----- Data for this exercise

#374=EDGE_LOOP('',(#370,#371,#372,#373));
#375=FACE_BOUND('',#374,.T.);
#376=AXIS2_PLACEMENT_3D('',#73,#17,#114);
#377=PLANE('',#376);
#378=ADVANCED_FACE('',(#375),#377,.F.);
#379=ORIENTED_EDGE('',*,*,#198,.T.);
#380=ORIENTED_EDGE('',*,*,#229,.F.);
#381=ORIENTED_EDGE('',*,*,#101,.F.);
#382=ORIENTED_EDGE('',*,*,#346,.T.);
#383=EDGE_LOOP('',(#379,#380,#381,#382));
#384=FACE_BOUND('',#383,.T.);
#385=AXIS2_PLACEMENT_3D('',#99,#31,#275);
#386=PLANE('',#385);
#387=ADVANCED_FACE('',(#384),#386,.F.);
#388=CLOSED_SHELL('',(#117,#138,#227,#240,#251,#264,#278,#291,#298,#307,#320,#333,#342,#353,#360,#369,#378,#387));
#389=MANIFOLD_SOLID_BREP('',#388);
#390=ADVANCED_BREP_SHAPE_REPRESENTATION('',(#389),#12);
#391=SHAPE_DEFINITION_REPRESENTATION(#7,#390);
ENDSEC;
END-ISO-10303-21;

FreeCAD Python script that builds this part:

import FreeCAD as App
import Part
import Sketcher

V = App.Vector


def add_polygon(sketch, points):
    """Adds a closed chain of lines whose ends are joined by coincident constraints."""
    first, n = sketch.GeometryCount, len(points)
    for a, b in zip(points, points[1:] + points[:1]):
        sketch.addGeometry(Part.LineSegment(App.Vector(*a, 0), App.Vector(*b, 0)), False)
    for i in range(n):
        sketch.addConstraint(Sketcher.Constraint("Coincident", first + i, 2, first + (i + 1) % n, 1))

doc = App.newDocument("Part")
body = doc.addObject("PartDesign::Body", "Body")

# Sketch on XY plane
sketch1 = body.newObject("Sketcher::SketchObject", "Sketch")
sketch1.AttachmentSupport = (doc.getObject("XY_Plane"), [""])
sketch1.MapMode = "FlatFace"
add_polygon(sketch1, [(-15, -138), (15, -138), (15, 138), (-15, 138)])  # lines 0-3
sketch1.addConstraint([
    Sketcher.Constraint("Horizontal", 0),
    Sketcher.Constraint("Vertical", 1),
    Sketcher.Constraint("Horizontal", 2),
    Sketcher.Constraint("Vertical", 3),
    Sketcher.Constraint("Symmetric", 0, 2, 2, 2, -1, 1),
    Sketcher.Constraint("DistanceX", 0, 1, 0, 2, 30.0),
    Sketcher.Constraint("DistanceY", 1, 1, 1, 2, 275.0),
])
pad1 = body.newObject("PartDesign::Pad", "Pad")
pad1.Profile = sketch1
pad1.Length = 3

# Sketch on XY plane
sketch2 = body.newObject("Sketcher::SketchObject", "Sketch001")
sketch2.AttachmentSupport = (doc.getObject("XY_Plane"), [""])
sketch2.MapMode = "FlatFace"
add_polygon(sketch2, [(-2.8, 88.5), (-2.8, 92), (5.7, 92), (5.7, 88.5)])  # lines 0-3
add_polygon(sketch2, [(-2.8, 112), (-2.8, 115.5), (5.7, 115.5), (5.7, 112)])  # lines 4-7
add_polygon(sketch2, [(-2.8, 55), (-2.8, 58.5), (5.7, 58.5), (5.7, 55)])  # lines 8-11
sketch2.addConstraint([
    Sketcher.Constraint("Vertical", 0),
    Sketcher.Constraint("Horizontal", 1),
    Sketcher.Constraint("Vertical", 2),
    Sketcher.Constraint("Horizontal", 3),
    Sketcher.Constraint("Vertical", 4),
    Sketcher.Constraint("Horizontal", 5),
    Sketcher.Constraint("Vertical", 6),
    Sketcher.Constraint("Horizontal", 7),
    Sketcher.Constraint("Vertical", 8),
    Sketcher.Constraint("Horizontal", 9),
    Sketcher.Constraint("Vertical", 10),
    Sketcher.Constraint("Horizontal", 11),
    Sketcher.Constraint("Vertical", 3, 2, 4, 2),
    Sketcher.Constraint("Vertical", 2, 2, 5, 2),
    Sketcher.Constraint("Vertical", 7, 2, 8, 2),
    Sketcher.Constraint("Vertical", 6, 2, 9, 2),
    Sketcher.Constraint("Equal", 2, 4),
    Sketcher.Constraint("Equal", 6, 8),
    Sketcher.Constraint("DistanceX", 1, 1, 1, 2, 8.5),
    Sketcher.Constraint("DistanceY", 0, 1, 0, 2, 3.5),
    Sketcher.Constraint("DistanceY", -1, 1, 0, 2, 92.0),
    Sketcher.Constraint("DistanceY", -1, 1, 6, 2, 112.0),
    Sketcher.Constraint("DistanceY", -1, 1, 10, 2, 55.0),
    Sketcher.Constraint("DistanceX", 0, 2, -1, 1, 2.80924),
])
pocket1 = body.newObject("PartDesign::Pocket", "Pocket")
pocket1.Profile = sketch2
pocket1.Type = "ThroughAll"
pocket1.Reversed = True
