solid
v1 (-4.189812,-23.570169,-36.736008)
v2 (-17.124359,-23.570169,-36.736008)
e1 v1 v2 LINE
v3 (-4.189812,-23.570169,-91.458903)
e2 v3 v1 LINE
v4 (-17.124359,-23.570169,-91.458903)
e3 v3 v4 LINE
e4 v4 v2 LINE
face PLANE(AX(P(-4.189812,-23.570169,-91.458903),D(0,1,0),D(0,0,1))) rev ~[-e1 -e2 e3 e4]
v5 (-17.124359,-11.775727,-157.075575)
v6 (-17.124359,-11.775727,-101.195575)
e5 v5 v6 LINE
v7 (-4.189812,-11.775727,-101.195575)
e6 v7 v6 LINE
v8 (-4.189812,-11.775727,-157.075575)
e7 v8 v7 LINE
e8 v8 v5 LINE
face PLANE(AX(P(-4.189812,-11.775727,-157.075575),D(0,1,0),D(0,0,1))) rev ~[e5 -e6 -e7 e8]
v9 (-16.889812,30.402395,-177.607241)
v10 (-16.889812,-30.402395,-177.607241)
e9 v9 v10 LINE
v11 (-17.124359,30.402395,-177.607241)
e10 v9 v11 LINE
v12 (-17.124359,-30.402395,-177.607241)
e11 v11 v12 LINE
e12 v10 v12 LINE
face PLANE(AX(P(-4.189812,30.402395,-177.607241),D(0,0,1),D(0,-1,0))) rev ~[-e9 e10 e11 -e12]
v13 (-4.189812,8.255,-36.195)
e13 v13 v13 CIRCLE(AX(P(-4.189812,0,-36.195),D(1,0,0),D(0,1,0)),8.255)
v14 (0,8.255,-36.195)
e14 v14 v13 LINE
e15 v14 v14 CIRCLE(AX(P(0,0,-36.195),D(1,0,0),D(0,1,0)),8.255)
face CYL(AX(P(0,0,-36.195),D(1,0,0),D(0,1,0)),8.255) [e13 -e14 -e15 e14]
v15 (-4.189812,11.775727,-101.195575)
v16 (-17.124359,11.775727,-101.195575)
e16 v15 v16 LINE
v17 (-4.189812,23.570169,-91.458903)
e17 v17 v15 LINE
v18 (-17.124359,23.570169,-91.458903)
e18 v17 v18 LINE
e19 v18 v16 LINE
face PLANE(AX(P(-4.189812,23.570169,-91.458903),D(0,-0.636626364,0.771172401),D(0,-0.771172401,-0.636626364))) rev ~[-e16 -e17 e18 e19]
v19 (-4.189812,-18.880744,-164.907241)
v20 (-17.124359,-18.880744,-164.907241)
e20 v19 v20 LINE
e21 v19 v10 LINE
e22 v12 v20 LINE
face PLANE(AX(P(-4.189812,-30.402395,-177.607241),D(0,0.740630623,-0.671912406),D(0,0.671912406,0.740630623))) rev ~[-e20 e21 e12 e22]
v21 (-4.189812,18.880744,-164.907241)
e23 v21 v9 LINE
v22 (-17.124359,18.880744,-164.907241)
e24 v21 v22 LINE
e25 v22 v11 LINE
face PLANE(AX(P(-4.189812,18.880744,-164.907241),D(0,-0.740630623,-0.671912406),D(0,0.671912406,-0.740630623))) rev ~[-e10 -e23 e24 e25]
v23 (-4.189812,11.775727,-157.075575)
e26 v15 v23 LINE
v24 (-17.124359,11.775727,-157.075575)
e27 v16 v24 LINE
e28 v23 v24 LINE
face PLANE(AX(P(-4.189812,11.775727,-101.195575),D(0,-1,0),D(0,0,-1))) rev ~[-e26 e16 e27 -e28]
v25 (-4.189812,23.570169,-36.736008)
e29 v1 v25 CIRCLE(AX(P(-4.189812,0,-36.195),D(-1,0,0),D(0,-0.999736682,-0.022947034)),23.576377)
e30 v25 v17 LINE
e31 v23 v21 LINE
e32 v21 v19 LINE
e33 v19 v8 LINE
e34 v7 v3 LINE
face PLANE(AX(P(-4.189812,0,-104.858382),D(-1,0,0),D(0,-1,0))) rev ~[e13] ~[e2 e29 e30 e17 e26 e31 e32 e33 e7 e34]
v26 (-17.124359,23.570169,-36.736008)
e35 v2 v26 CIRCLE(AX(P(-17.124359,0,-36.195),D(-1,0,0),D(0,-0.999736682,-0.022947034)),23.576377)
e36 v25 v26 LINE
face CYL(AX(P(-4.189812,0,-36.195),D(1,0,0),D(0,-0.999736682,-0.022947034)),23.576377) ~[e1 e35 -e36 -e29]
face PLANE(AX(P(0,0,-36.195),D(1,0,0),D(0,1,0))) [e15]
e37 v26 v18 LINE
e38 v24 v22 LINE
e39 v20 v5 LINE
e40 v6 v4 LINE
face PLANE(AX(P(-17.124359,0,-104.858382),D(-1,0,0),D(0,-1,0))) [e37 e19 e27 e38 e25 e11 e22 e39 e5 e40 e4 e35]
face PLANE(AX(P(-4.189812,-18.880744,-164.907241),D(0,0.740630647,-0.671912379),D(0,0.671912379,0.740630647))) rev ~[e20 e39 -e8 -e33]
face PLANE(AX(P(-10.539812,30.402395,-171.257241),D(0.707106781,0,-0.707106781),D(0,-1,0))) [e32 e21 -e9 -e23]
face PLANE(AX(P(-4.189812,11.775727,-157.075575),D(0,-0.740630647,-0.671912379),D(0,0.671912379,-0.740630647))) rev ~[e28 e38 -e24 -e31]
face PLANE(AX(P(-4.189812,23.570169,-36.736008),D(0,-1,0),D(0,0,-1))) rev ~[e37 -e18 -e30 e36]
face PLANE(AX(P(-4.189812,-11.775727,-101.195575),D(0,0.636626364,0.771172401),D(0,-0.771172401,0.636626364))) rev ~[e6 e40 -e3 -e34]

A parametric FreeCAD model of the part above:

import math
import FreeCAD as App
import Part
import Sketcher
from FreeCAD import Vector
Q = App.Units.Quantity


def edges_at(feature, points):
    """Names of the edges that pass closest to the given points."""
    edges = feature.Shape.Edges
    near = lambda p: min(range(len(edges)), key=lambda i: edges[i].distToShape(Part.Vertex(*p))[0])
    return sorted({f"Edge{near(p) + 1}" for p in points})

doc = App.newDocument("Part")
body = doc.addObject("PartDesign::Body", "Body")

# Sketch on YZ plane
sketch1 = body.newObject("Sketcher::SketchObject", "Sketch")
sketch1.AttachmentSupport = (doc.getObject("YZ_Plane"), [""])
sketch1.MapMode = "FlatFace"
sketch1.addGeometry(Part.Circle(Vector(0, -36, 0), Vector(0, 0, 1), 8), False)
sketch1.addConstraint([
    Sketcher.Constraint("PointOnObject", 0, 3, -2),
    Sketcher.Constraint("Diameter", 0, Q("0.65 in")),
    Sketcher.Constraint("DistanceY", 0, 3, -1, 1, Q("1.425 in")),
])
pad1 = body.newObject("PartDesign::Pad", "Pad")
pad1.Profile = sketch1
pad1.Length = 4.189812
pad1.Reversed = True

# Sketch on YZ plane
sketch2 = body.newObject("Sketcher::SketchObject", "Sketch001")
sketch2.AttachmentSupport = (doc.getObject("YZ_Plane"), [""])
sketch2.MapMode = "FlatFace"
sketch2.AttachmentOffset = App.Placement(Vector(0, 0, -4.189812), App.Rotation())
sketch2.addGeometry([
    Part.ArcOfCircle(Part.Circle(Vector(0, -36, 0), Vector(0, 0, 1), 24), math.radians(-1), math.radians(181)),  # 0
    Part.LineSegment(Vector(24, -37, 0), Vector(24, -91, 0)),  # 1
    Part.LineSegment(Vector(24, -91, 0), Vector(12, -101, 0)),  # 2
    Part.LineSegment(Vector(12, -101, 0), Vector(12, -157, 0)),  # 3
    Part.LineSegment(Vector(12, -157, 0), Vector(19, -165, 0)),  # 4
    Part.LineSegment(Vector(19, -165, 0), Vector(30, -178, 0)),  # 5
    Part.LineSegment(Vector(30, -178, 0), Vector(-30, -178, 0)),  # 6
    Part.LineSegment(Vector(-30, -178, 0), Vector(-19, -165, 0)),  # 7
    Part.LineSegment(Vector(-19, -165, 0), Vector(-12, -157, 0)),  # 8
    Part.LineSegment(Vector(-12, -157, 0), Vector(-12, -101, 0)),  # 9
    Part.LineSegment(Vector(-12, -101, 0), Vector(-24, -91, 0)),  # 10
    Part.LineSegment(Vector(-24, -91, 0), Vector(-24, -37, 0)),  # 11
], False)
sketch2.addConstraint([
    Sketcher.Constraint("Coincident", 0, 1, 1, 1),
    Sketcher.Constraint("Coincident", 1, 2, 2, 1),
    Sketcher.Constraint("Coincident", 2, 2, 3, 1),
    Sketcher.Constraint("Coincident", 3, 2, 4, 1),
    Sketcher.Constraint("Coincident", 4, 2, 5, 1),
    Sketcher.Constraint("Coincident", 5, 2, 6, 1),
    Sketcher.Constraint("Coincident", 6, 2, 7, 1),
    Sketcher.Constraint("Coincident", 7, 2, 8, 1),
    Sketcher.Constraint("Coincident", 8, 2, 9, 1),
    Sketcher.Constraint("Coincident", 9, 2, 10, 1),
    Sketcher.Constraint("Coincident", 10, 2, 11, 1),
    Sketcher.Constraint("Coincident", 11, 2, 0, 2),
    Sketcher.Constraint("Vertical", 1),
    Sketcher.Constraint("Vertical", 3),
    Sketcher.Constraint("Horizontal", 6),
    Sketcher.Constraint("Vertical", 9),
    Sketcher.Constraint("Vertical", 11),
    Sketcher.Constraint("Symmetric", 4, 2, 7, 2, -2),
    Sketcher.Constraint("Symmetric", 3, 2, 8, 2, -2),
    Sketcher.Constraint("Symmetric", 1, 2, 10, 2, -2),
    Sketcher.Constraint("PointOnObject", 0, 3, -2),
    Sketcher.Constraint("Parallel", 4, 5),
    Sketcher.Constraint("Parallel", 7, 8),
    Sketcher.Constraint("Horizontal", 2, 2, 9, 2),
    Sketcher.Constraint("DistanceY", 3, 2, 3, 1, Q("2.2 in")),
    Sketcher.Constraint("DistanceY", 5, 2, 4, 2, Q("0.5 in")),
    Sketcher.Constraint("DistanceY", 0, 3, -1, 1, Q("1.425 in")),
    Sketcher.Constraint("Radius", 0, 23.576377),
    Sketcher.Constraint("DistanceX", 6, 2, 6, 1, 60.80479),
    Sketcher.Constraint("Distance", 2, 15.29417),
    Sketcher.Constraint("Distance", 4, 10.574321),
    Sketcher.Constraint("Distance", 5, 17.147549),
    Sketcher.Constraint("DistanceY", 1, 2, 1, 1, 54.722895),
    Sketcher.Constraint("DistanceX", -1, 1, 0, 1, 23.570169),
])
pad2 = body.newObject("PartDesign::Pad", "Pad001")
pad2.Profile = sketch2
pad2.Length = 12.934547
pad2.Reversed = True
doc.recompute()

chamfer = body.newObject("PartDesign::Chamfer", "Chamfer")
chamfer.Base = (pad2, edges_at(pad2, [(-4.19, 0, -177.607)]))
chamfer.Size = Q("0.5 in")

doc.recompute()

----------

▸ **The problem**
Would you copy out exactly the lines above that start at the one containing "v18 (-17.124359,23.570169,-91.458903)" and end at the one containing "e22 v12 v20 LINE", inclusive?

▸ **Solution for this task**
v18 (-17.124359,23.570169,-91.458903)
e18 v17 v18 LINE
e19 v18 v16 LINE
face PLANE(AX(P(-4.189812,23.570169,-91.458903),D(0,-0.636626364,0.771172401),D(0,-0.771172401,-0.636626364))) rev ~[-e16 -e17 e18 e19]
v19 (-4.189812,-18.880744,-164.907241)
v20 (-17.124359,-18.880744,-164.907241)
e20 v19 v20 LINE
e21 v19 v10 LINE
e22 v12 v20 LINE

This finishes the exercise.